Bookends I - Before

by Tem-ve H'syan

Title: Bookends I - Before
Author: Tem-ve H'syan tem-ve@gmx.de
Pairing: Q/O pre-slash
Rating: PG-13 for irresponsible but unvoiced thoughts about a teenager
Summary: Qui-Gon contemplates his sleeping Padawan.

Notes: Originally published in the MA Fundraiser zine, so thanks to Lori for releasing this early. This piece and its companion piece, Bookends II - After, are very short and contemplative and also very very mushy by my standards. Apologies to Plato for nicking one of his ideas in this one :)

Warnings: Uh. mush? :)

BOOKENDS I: Before

Level with the clouds

Your face as you lie sleeping

Three small upward curves

It is almost enough to make me a poet; only when you are not looking, of course, my earnest, eager, copper-edged apprentice. Copper-edged, that is what your eyes are, even more so when they are closed, two rows of thick and improbably long lashes forming a small relaxed curve.

Ah, the ability of youth to fall asleep just about anywhere.

I should be joining you, of course, in sleep at least if not in the co-pilot seat where you drifted off pretty much the minute we had engaged the engines and lifted off this blasted planet. The auto-pilot took over minutes ago, and by rights I should know there is nothing left for me to do, not when the thick acidic cloud layer shrouds the ship in soft featureless grey. Human eyes are useless for navigation from this point onwards.

But I am not looking at the clouds. I am looking at you, my Obi-Wan.

I should be doing the responsible Master thing and pick you up in my arms, my apprentice of fourteen months, and carry you to the bunk at the back of the ship that is yours only by dint of being slightly shorter. You don't yet fill it as I would with my embarrassingly long limbs, though you have been making a creditable effort at matching my height recently; that is why I am reluctant to carry you. I would almost certainly wake you with that hard-won grunt of effort, and that is simply not worth it.

You have never been one to complain about hard beds, or aches and pains in the morning.

Maybe you just don't get aches and pains. Maybe I am just getting old. Not that you would have any of that, not when you are awake with those steel-grey eyes fixed on me with a stare that plainly says 'don't be ridiculous, Master'. You are hard on me, Obi-Wan, hard. Not because you question my wisdom or strike out at me with your hands when I tell you to; you would not be an apprentice of mine if you did not do so. Not even because with every passing day you remind me of what a fool I was to even entertain thoughts of renouncing you.
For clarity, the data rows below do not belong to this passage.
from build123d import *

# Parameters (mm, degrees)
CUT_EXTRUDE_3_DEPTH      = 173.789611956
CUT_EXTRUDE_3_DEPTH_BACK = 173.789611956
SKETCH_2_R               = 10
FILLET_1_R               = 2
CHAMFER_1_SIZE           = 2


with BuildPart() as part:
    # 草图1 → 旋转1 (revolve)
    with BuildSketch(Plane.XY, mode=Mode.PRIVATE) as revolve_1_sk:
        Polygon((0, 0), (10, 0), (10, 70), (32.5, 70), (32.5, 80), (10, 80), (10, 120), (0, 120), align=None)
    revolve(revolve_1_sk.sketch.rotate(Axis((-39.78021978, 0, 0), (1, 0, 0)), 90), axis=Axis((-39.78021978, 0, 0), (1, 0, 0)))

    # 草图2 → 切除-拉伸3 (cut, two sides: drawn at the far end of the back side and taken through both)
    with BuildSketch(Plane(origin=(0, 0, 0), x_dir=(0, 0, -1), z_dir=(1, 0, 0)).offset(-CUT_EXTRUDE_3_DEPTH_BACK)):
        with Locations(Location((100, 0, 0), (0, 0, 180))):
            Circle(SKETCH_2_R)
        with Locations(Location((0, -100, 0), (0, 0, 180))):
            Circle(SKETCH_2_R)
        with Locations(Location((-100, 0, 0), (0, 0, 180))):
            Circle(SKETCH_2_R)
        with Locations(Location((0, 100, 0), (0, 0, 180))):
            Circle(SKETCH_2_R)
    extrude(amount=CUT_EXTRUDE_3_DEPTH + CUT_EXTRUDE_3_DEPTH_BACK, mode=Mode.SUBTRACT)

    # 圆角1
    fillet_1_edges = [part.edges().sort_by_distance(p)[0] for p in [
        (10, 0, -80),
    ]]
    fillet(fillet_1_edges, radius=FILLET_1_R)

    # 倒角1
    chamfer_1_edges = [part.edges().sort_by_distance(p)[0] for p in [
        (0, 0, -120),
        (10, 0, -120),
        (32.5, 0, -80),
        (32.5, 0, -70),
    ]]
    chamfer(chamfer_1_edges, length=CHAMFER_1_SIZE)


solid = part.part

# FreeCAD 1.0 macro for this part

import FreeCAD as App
import Part
import Sketcher
from FreeCAD import Vector
Q = App.Units.Quantity


def edges_at(feature, points):
    """Names of the edges that pass closest to the given points."""
    edges = feature.Shape.Edges
    near = lambda p: min(range(len(edges)), key=lambda i: edges[i].distToShape(Part.Vertex(*p))[0])
    return sorted({f"Edge{near(p) + 1}" for p in points})


def add_polygon(sketch, points):
    """Adds a closed chain of lines whose ends are joined by coincident constraints."""
    first, n = sketch.GeometryCount, len(points)
    for a, b in zip(points, points[1:] + points[:1]):
        sketch.addGeometry(Part.LineSegment(App.Vector(*a, 0), App.Vector(*b, 0)), False)
    for i in range(n):
        sketch.addConstraint(Sketcher.Constraint("Coincident", first + i, 2, first + (i + 1) % n, 1))

doc = App.newDocument("Part")
body = doc.addObject("PartDesign::Body", "Body")

# Sketch on XY plane
sketch1 = body.newObject("Sketcher::SketchObject", "Sketch")
sketch1.AttachmentSupport = (doc.getObject("XY_Plane"), [""])
sketch1.MapMode = "FlatFace"
add_polygon(sketch1, [(0, 0), (10, 0), (10, 70), (32, 70), (32, 80), (10, 80), (10, 120), (0, 120)])  # lines 0-7
sketch1.addConstraint([
    Sketcher.Constraint("Horizontal", 0),
    Sketcher.Constraint("Vertical", 1),
    Sketcher.Constraint("Horizontal", 2),
    Sketcher.Constraint("Vertical", 3),
    Sketcher.Constraint("Horizontal", 4),
    Sketcher.Constraint("Vertical", 5),
    Sketcher.Constraint("Horizontal", 6),
    Sketcher.Constraint("Vertical", 7),
    Sketcher.Constraint("Coincident", 7, 2, -1, 1),
    Sketcher.Constraint("Vertical", 1, 2, 4, 2),
    Sketcher.Constraint("Equal", 6, 3),
    Sketcher.Constraint("DistanceX", 0, 1, 0, 2, Q("10 mm")),
    Sketcher.Constraint("DistanceY", 1, 1, 1, 2, Q("70 mm")),
    Sketcher.Constraint("DistanceY", 5, 1, 5, 2, Q("40 mm")),
    Sketcher.Constraint("DistanceX", 2, 1, 2, 2, Q("22.5 mm")),
])
revolution = body.newObject("PartDesign::Revolution", "Revolution")
revolution.Profile = sketch1
revolution.ReferenceAxis = (sketch1, ["H_Axis"])
revolution.Angle = 360

# Sketch on YZ plane
sketch2 = body.newObject("Sketcher::SketchObject", "Sketch001")
sketch2.AttachmentSupport = (doc.getObject("YZ_Plane"), [""])
sketch2.MapMode = "FlatFace"
sketch2.addGeometry([
    Part.Circle(Vector(0, -100, 0), Vector(0, 0, 1), 10),
    Part.Circle(Vector(-100, 0, 0), Vector(0, 0, 1), 10),
    Part.Circle(Vector(0, 100, 0), Vector(0, 0, 1), 10),
    Part.Circle(Vector(100, 0, 0), Vector(0, 0, 1), 10),
], False)
sketch2.addConstraint([
    Sketcher.Constraint("Equal", 0, 1),
    Sketcher.Constraint("Equal", 1, 2),
    Sketcher.Constraint("Equal", 2, 3),
    Sketcher.Constraint("Symmetric", 0, 3, 2, 3, -1, 1),
    Sketcher.Constraint("Symmetric", 1, 3, 3, 3, -1, 1),
    Sketcher.Constraint("PointOnObject", 0, 3, -2),
    Sketcher.Constraint("PointOnObject", 1, 3, -1),
    Sketcher.Constraint("Diameter", 0, Q("20 mm")),
    Sketcher.Constraint("DistanceY", 0, 3, -1, 1, Q("100 mm")),
    Sketcher.Constraint("DistanceX", 1, 3, -1, 1, Q("100 mm")),
])
pocket1 = body.newObject("PartDesign::Pocket", "Pocket")
pocket1.Profile = sketch2
pocket1.Type = "ThroughAll"
pocket1.Midplane = True
doc.recompute()

fillet = body.newObject("PartDesign::Fillet", "Fillet")
fillet.Base = (pocket1, edges_at(pocket1, [(10, 0, -80)]))
fillet.Radius = 2
doc.recompute()

chamfer = body.newObject("PartDesign::Chamfer", "Chamfer")
chamfer.Base = (fillet, edges_at(fillet, [
    (0, 0, -120),
    (10, 0, -120),
    (32.5, 0, -80),
    (32.5, 0, -70),
]))
chamfer.Size = 2

doc.recompute()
But you are hard on me. Because I am having to keep myself from getting hard for you.

I am keeping myself from doing that, of course; anything else would be unimaginable at your tender age, with our tender bond still new and strained from the wild ride that was our first mission. If there is one thing I am certain of, it is that it's not your intention to arouse those feelings in me, and as such they will have to be reined in - until such time as you are old enough to maybe have such intentions.
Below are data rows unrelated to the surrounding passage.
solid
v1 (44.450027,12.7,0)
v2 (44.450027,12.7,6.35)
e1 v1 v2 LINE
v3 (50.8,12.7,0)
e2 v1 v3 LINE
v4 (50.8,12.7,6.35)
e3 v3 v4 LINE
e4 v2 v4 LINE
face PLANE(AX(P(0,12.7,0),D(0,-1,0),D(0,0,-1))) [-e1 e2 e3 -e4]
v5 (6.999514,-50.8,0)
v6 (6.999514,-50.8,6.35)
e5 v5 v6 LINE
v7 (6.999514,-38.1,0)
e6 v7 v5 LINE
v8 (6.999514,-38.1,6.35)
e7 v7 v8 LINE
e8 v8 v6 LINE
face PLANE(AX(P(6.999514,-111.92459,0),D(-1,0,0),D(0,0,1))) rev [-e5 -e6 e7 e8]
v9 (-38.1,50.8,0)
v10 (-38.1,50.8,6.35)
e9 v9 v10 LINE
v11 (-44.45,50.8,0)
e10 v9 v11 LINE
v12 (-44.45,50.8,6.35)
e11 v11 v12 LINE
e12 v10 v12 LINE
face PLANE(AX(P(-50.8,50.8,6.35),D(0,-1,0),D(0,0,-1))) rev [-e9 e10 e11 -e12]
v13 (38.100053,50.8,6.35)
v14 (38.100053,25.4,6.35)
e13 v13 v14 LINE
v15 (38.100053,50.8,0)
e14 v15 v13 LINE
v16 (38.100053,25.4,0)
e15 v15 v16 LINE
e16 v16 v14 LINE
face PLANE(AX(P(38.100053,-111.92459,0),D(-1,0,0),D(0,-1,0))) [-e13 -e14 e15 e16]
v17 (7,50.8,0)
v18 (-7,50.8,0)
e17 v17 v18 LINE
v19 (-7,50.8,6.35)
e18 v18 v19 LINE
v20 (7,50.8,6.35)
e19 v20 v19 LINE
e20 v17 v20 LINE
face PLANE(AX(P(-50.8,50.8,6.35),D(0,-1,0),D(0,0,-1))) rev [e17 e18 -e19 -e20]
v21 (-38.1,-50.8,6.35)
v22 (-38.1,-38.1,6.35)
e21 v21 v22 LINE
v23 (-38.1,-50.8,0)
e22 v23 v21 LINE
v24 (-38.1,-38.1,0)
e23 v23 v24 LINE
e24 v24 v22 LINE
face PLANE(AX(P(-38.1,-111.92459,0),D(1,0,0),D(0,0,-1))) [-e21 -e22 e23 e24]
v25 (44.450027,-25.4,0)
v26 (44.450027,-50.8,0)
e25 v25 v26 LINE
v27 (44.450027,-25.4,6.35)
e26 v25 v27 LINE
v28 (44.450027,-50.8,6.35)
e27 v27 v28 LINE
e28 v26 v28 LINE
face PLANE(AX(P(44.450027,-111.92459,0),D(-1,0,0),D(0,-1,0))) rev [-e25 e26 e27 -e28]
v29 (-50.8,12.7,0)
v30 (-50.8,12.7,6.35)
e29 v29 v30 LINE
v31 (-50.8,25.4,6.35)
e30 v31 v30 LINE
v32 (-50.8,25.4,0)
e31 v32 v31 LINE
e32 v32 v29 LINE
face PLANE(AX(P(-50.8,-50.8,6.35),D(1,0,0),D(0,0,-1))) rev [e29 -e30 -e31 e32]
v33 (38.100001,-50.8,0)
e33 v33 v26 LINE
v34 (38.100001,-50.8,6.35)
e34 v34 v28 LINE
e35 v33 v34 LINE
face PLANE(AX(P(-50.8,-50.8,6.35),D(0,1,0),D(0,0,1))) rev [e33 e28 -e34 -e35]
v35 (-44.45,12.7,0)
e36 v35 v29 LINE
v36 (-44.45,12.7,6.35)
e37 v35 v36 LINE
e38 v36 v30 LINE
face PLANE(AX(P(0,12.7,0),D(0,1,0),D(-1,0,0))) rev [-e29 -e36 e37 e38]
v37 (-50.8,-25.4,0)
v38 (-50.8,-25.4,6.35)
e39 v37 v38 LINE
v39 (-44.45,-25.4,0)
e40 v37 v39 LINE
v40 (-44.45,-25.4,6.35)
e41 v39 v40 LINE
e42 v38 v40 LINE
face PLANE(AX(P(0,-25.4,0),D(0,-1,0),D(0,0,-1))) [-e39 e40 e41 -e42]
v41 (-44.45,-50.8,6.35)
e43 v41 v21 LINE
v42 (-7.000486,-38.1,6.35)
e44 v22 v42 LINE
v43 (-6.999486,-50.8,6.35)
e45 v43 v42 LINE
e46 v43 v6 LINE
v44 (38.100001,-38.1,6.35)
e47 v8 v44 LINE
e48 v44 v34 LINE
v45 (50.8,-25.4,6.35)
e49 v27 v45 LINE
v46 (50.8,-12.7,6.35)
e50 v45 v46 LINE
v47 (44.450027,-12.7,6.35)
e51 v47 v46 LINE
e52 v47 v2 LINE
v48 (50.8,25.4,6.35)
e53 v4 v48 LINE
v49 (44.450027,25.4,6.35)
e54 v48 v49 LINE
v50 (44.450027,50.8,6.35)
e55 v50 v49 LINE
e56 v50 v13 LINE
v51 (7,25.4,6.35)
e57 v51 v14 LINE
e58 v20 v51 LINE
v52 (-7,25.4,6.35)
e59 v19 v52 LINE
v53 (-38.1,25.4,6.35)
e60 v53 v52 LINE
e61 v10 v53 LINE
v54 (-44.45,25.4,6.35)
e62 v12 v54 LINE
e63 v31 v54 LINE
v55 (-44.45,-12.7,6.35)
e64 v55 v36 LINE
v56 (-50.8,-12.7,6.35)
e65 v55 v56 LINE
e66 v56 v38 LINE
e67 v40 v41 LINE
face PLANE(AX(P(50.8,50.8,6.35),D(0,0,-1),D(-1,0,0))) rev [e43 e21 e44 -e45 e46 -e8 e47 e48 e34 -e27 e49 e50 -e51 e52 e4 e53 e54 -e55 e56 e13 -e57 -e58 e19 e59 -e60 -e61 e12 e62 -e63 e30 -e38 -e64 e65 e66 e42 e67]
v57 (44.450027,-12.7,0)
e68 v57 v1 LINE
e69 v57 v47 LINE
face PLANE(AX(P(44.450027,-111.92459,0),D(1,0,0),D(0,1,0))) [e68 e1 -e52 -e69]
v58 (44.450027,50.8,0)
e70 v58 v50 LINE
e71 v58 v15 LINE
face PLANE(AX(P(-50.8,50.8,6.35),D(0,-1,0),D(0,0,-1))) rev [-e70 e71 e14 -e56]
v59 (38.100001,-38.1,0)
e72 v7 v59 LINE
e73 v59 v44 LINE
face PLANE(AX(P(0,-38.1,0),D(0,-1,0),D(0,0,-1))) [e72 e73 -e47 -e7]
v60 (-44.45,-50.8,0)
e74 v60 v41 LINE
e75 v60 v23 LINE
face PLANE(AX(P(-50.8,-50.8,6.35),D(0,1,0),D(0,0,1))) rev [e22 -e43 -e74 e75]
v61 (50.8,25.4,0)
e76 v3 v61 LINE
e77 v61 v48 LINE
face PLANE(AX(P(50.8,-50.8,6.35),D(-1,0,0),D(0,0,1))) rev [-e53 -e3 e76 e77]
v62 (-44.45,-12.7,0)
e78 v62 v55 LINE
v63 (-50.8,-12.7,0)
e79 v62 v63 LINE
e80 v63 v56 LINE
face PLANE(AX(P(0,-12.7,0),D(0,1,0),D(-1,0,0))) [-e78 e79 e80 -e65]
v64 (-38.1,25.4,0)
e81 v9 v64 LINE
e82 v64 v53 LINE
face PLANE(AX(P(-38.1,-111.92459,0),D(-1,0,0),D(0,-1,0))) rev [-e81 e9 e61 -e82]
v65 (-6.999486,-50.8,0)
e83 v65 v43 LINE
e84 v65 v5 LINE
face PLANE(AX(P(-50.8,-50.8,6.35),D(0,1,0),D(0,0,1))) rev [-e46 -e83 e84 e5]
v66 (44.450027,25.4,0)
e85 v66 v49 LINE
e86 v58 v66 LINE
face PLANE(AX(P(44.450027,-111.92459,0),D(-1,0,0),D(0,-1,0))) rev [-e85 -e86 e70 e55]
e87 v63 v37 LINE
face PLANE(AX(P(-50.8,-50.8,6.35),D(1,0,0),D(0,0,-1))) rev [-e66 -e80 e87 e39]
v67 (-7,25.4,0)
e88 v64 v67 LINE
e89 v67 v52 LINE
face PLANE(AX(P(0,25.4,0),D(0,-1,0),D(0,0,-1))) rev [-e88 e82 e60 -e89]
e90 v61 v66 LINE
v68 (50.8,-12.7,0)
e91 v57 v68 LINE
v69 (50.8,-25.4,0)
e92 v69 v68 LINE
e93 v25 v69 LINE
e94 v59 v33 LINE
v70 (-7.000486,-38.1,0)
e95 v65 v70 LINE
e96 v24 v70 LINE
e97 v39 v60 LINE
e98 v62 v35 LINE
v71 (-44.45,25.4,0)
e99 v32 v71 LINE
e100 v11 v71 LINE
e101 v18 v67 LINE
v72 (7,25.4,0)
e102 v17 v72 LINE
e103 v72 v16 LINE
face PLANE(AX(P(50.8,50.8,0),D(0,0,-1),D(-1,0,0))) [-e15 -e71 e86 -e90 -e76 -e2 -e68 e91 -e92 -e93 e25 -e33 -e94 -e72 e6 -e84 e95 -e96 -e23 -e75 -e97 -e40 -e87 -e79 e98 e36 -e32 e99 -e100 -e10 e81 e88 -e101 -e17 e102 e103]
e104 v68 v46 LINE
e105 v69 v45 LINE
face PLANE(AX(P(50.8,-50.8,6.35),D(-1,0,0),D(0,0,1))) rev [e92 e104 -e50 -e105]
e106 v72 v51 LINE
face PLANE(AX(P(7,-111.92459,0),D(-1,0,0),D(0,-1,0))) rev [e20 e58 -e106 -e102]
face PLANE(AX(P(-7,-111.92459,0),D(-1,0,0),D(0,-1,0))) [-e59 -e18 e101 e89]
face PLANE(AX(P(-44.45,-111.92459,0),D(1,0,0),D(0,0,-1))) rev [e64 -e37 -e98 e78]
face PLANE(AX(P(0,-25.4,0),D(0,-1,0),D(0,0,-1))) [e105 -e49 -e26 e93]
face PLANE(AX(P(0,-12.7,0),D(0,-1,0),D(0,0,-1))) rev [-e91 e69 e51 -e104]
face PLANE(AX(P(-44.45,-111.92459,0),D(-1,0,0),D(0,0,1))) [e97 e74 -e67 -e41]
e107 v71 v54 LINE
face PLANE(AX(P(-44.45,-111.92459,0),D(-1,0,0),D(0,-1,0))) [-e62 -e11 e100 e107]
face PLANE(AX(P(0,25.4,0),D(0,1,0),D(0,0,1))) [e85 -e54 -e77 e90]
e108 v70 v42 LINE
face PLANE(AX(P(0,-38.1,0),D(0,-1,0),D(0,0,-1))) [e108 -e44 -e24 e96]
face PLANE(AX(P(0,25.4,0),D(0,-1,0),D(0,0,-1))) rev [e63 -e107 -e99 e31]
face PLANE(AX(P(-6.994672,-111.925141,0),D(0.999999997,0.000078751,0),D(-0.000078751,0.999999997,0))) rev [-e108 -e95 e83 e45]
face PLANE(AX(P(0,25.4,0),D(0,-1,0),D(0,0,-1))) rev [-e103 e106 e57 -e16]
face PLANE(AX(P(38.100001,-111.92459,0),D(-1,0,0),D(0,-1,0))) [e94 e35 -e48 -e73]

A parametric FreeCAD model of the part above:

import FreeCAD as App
import Part
import Sketcher

V = App.Vector
Q = App.Units.Quantity

doc = App.newDocument("Part")
body = doc.addObject("PartDesign::Body", "Body")

# Sketch on XY plane
sketch1 = body.newObject("Sketcher::SketchObject", "Sketch")
sketch1.AttachmentSupport = (doc.getObject("XY_Plane"), [""])
sketch1.MapMode = "FlatFace"
sketch1.addGeometry([
    Part.LineSegment(V(-51, 51, 0), V(-51, -51, 0)),
    Part.LineSegment(V(-51, -51, 0), V(51, -51, 0)),
    Part.LineSegment(V(51, -51, 0), V(51, 51, 0)),
    Part.LineSegment(V(51, 51, 0), V(-51, 51, 0)),
], False)
sketch1.addConstraint([
    Sketcher.Constraint("Coincident", 0, 2, 1, 1),
    Sketcher.Constraint("Coincident", 1, 2, 2, 1),
    Sketcher.Constraint("Coincident", 2, 2, 3, 1),
    Sketcher.Constraint("Coincident", 3, 2, 0, 1),
    Sketcher.Constraint("Vertical", 0),
    Sketcher.Constraint("Horizontal", 1),
    Sketcher.Constraint("Vertical", 2),
    Sketcher.Constraint("Horizontal", 3),
    Sketcher.Constraint("Symmetric", 0, 2, 2, 2, -1, 1),
    Sketcher.Constraint("Equal", 3, 0),
    Sketcher.Constraint("DistanceX", 1, 1, 1, 2, Q("4 in")),
])
pad1 = body.newObject("PartDesign::Pad", "Pad")
pad1.Profile = sketch1
pad1.Length = Q("0.25 in")

# Sketch on XY plane
sketch2 = body.newObject("Sketcher::SketchObject", "Sketch001")
sketch2.AttachmentSupport = (doc.getObject("XY_Plane"), [""])
sketch2.MapMode = "FlatFace"
sketch2.AttachmentOffset = App.Placement(V(0, 0, 0.25 * 25.4), App.Rotation())
sketch2.addGeometry([
    Part.LineSegment(V(-51, 51, 0), V(-51, 25, 0)),  # 0
    Part.LineSegment(V(-51, 25, 0), V(-44, 25, 0)),  # 1
    Part.LineSegment(V(-44, 25, 0), V(-44, 51, 0)),  # 2
    Part.LineSegment(V(-44, 51, 0), V(-51, 51, 0)),  # 3
    Part.LineSegment(V(-38, 51, 0), V(-38, 25, 0)),  # 4
    Part.LineSegment(V(-38, 25, 0), V(-7, 25, 0)),  # 5
    Part.LineSegment(V(-7, 25, 0), V(-7, 51, 0)),  # 6
    Part.LineSegment(V(-7, 51, 0), V(-38, 51, 0)),  # 7
    Part.LineSegment(V(-51, 13, 0), V(-51, -13, 0)),  # 8
    Part.LineSegment(V(-51, -13, 0), V(-44, -13, 0)),  # 9
    Part.LineSegment(V(-44, -13, 0), V(-44, 13, 0)),  # 10
    Part.LineSegment(V(-44, 13, 0), V(-51, 13, 0)),  # 11
    Part.LineSegment(V(7, 51, 0), V(7, 25, 0)),  # 12
    Part.LineSegment(V(7, 25, 0), V(38, 25, 0)),  # 13
    Part.LineSegment(V(38, 25, 0), V(38, 51, 0)),  # 14
    Part.LineSegment(V(38, 51, 0), V(7, 51, 0)),  # 15
    Part.LineSegment(V(-51, -25, 0), V(-51, -51, 0)),  # 16
    Part.LineSegment(V(-51, -51, 0), V(-44, -51, 0)),  # 17
    Part.LineSegment(V(-44, -51, 0), V(-44, -25, 0)),  # 18
    Part.LineSegment(V(-44, -25, 0), V(-51, -25, 0)),  # 19
    Part.LineSegment(V(44, 51, 0), V(44, 25, 0)),  # 20
    Part.LineSegment(V(44, 25, 0), V(51, 25, 0)),  # 21
    Part.LineSegment(V(51, 25, 0), V(51, 51, 0)),  # 22
    Part.LineSegment(V(51, 51, 0), V(44, 51, 0)),  # 23
    Part.LineSegment(V(44, 13, 0), V(44, -13, 0)),  # 24
    Part.LineSegment(V(44, -13, 0), V(51, -13, 0)),  # 25
    Part.LineSegment(V(51, -13, 0), V(51, 13, 0)),  # 26
    Part.LineSegment(V(51, 13, 0), V(44, 13, 0)),  # 27
    Part.LineSegment(V(-7, -38, 0), V(-38, -38, 0)),  # 28
    Part.LineSegment(V(-38, -38, 0), V(-38, -51, 0)),  # 29
    Part.LineSegment(V(-38, -51, 0), V(-7, -51, 0)),  # 30
    Part.LineSegment(V(-7, -51, 0), V(-7, -38, 0)),  # 31
    Part.LineSegment(V(44, -25, 0), V(44, -51, 0)),  # 32
    Part.LineSegment(V(44, -51, 0), V(51, -51, 0)),  # 33
    Part.LineSegment(V(51, -51, 0), V(51, -25, 0)),  # 34
    Part.LineSegment(V(51, -25, 0), V(44, -25, 0)),  # 35
    Part.LineSegment(V(7, -38, 0), V(7, -51, 0)),  # 36
    Part.LineSegment(V(7, -51, 0), V(38, -51, 0)),  # 37
    Part.LineSegment(V(38, -51, 0), V(38, -38, 0)),  # 38
    Part.LineSegment(V(38, -38, 0), V(7, -38, 0)),  # 39
], False)
sketch2.addConstraint([
    Sketcher.Constraint("Coincident", 0, 2, 1, 1),
    Sketcher.Constraint("Coincident", 1, 2, 2, 1),
    Sketcher.Constraint("Coincident", 2, 2, 3, 1),
    Sketcher.Constraint("Coincident", 3, 2, 0, 1),
    Sketcher.Constraint("Coincident", 4, 2, 5, 1),
    Sketcher.Constraint("Coincident", 5, 2, 6, 1),
    Sketcher.Constraint("Coincident", 6, 2, 7, 1),
    Sketcher.Constraint("Coincident", 7, 2, 4, 1),
    Sketcher.Constraint("Coincident", 8, 2, 9, 1),
    Sketcher.Constraint("Coincident", 9, 2, 10, 1),
    Sketcher.Constraint("Coincident", 10, 2, 11, 1),
    Sketcher.Constraint("Coincident", 11, 2, 8, 1),
    Sketcher.Constraint("Coincident", 12, 2, 13, 1),
    Sketcher.Constraint("Coincident", 13, 2, 14, 1),
    Sketcher.Constraint("Coincident", 14, 2, 15, 1),
    Sketcher.Constraint("Coincident", 15, 2, 12, 1),
    Sketcher.Constraint("Coincident", 16, 2, 17, 1),
    Sketcher.Constraint("Coincident", 17, 2, 18, 1),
An old man may dream, may he not?

Sleep, my Padawan. Sleep, with your lashes closed and your lips small and soft, a third gentle curve in your young unlined face. You sleep with your mouth slightly open when you are agitated, as if you can't draw enough breath to fuel your dreams. Now, your lips are closed, the small furrow between your brows vanished, and almost all traces of injury disappeared save for a faint cloud of faded bruises above your right eye.

The Teltde, denizens of the inhospitable world we have just left behind, had been responsible for those, and for the deep gash across your forehead that has faded to a thin scar, pale amid the shades of blue and yellow. They claimed it had been an accident, and you could not honestly prove them wrong. You bore it well, with all the grace of a Jedi, standing there, returned to me, with the blood trickling down your face like tears.

Something in me broke open then, and I remembered.

It had been they, the wary and violent Teltde, who had attempted an explanation for what it was that is now keeping me spellbound staring at your face. People, so they taught their children, had once been whole and happy, powerful creatures with eyes surveying all around them and arms encompassing the whole world - before the wrath of some jealous deity had cut them down to their present size, splitting them down the middle, leaving the world populated with helpless, bumbling half-people smarting from their separation.

We have two eyes and two arms as a result of that, and the pain we feel in our middle now and then is the scar from the cut that made us into mere humans.

I could hear your amused irreverent laughter, Obi-Wan, if you were awake now, but you are not, and I feel a little less embarrassed as I find myself touching my forehead in search of the matching scar.

You will be a great Jedi one day, my apprentice, and a whole and powerful man even without me, a man who needs fear no mythology.

But for now, while you are with me, allow me to watch over you.